(Dataset entries)

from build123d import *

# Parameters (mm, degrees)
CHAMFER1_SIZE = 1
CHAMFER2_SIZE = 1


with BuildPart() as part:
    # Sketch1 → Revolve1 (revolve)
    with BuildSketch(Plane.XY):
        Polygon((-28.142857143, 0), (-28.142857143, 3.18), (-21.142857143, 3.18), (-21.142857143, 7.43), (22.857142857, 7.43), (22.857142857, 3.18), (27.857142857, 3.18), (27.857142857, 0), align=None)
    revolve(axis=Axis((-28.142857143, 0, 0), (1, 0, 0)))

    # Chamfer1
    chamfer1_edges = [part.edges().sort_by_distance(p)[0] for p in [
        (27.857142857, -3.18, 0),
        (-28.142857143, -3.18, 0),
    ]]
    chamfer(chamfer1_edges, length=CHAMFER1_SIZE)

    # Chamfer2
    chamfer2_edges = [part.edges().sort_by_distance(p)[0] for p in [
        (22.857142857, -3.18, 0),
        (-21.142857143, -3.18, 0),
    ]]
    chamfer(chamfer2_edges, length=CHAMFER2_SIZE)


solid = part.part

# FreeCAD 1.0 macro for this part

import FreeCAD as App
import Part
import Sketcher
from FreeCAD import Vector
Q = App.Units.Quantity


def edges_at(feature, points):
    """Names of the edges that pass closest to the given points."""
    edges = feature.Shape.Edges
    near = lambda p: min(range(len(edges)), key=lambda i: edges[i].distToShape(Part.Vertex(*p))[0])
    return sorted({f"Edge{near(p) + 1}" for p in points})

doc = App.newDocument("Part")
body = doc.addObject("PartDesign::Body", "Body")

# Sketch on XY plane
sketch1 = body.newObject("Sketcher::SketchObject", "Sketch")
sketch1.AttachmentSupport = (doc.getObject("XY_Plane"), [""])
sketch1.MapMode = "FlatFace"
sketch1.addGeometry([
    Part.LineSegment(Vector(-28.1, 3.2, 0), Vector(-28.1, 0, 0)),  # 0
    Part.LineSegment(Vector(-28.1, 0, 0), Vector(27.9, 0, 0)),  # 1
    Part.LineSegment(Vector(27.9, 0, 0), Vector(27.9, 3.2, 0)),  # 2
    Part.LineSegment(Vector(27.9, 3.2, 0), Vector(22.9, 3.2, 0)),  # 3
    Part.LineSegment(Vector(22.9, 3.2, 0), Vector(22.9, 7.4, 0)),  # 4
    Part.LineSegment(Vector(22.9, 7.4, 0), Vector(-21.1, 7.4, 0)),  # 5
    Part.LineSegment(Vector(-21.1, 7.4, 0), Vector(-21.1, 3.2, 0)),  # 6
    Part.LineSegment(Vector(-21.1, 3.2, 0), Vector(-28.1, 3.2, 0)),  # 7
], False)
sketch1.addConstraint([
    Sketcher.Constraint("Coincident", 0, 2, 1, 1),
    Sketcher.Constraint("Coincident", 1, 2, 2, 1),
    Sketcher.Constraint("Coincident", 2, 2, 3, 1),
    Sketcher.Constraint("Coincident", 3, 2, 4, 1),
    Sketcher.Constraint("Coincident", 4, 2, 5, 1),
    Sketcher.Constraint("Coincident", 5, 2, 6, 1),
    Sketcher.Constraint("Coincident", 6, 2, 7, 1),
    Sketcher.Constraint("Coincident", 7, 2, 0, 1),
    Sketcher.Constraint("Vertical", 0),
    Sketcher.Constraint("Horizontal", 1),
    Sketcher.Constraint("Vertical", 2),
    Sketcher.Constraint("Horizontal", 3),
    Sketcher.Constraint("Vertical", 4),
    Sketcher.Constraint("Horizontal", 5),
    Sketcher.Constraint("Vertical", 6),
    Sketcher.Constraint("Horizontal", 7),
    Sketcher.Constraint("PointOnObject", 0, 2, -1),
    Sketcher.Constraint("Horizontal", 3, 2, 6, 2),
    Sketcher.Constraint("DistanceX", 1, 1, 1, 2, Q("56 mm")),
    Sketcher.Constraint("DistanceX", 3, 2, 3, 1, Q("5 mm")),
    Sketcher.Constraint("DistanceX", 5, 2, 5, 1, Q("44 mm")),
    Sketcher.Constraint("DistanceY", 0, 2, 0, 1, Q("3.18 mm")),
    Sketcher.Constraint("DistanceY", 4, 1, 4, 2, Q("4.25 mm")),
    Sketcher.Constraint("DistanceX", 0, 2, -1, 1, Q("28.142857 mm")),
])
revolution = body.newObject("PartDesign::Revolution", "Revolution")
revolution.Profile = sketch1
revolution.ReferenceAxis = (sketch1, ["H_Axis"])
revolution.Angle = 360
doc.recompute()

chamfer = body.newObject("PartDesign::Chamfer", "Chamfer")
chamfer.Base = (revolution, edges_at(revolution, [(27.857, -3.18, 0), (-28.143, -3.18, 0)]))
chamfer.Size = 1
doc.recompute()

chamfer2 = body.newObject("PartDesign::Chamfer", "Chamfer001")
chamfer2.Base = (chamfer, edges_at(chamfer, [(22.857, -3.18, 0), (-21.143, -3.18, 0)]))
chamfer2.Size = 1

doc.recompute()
...
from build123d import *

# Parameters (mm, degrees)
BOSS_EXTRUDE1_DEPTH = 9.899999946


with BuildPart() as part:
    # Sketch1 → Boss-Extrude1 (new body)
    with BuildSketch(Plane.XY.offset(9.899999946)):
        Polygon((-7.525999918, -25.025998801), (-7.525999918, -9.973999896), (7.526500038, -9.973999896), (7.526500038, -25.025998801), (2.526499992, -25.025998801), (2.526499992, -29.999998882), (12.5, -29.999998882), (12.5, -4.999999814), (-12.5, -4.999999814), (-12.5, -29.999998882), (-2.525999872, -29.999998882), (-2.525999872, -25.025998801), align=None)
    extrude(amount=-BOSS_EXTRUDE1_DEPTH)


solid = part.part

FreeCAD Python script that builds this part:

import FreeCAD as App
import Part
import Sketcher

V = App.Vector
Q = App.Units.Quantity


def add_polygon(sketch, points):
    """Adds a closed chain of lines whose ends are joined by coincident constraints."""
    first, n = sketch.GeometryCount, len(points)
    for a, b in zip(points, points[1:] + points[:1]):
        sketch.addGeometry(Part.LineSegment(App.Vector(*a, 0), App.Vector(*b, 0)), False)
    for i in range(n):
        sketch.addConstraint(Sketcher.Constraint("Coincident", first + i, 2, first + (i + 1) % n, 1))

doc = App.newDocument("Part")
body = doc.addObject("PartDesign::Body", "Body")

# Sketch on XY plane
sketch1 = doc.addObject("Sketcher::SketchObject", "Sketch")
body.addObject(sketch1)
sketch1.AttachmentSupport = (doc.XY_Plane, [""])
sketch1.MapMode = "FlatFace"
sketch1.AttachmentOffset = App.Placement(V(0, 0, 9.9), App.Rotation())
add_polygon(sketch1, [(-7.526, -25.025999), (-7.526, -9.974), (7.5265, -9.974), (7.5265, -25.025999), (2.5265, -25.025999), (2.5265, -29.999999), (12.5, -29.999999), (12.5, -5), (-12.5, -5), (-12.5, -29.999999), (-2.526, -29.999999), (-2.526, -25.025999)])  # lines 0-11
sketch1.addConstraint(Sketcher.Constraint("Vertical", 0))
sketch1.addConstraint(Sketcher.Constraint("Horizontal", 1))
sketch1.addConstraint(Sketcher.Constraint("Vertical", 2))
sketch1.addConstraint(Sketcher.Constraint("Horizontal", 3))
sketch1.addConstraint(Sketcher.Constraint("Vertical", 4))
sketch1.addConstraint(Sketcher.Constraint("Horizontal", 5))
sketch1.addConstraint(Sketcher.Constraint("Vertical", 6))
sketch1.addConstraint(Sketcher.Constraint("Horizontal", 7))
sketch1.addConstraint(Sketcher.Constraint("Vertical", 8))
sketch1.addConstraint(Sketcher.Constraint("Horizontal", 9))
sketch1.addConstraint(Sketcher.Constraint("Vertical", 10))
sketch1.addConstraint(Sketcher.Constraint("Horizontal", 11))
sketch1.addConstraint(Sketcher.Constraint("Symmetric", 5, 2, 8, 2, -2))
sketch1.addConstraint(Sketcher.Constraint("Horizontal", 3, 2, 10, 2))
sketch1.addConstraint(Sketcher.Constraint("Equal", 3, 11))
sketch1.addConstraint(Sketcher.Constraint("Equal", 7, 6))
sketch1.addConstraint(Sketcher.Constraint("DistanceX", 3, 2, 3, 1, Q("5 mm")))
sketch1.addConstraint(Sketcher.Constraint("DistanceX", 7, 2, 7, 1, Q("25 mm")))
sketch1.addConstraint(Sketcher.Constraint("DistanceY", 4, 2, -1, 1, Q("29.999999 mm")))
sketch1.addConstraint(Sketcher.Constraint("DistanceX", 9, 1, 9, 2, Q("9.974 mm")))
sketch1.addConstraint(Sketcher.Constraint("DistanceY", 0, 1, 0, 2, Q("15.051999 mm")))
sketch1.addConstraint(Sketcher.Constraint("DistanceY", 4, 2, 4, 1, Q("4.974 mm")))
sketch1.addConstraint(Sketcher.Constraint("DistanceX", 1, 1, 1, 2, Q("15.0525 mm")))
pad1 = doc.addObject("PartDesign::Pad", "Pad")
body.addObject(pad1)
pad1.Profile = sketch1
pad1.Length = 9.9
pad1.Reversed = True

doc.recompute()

◆ Work to complete
In the entries above, the lines between the one holding "revolve(axis=Axis((-28.142857143, 0, 0), (1, 0, 0)))" and the one holding "# FreeCAD 1.0 macro for this part", inclusive, are to be printed exactly as written, and those alone.

◆ Expected answer
    revolve(axis=Axis((-28.142857143, 0, 0), (1, 0, 0)))

    # Chamfer1
    chamfer1_edges = [part.edges().sort_by_distance(p)[0] for p in [
        (27.857142857, -3.18, 0),
        (-28.142857143, -3.18, 0),
    ]]
    chamfer(chamfer1_edges, length=CHAMFER1_SIZE)

    # Chamfer2
    chamfer2_edges = [part.edges().sort_by_distance(p)[0] for p in [
        (22.857142857, -3.18, 0),
        (-21.142857143, -3.18, 0),
    ]]
    chamfer(chamfer2_edges, length=CHAMFER2_SIZE)


solid = part.part

# FreeCAD 1.0 macro for this part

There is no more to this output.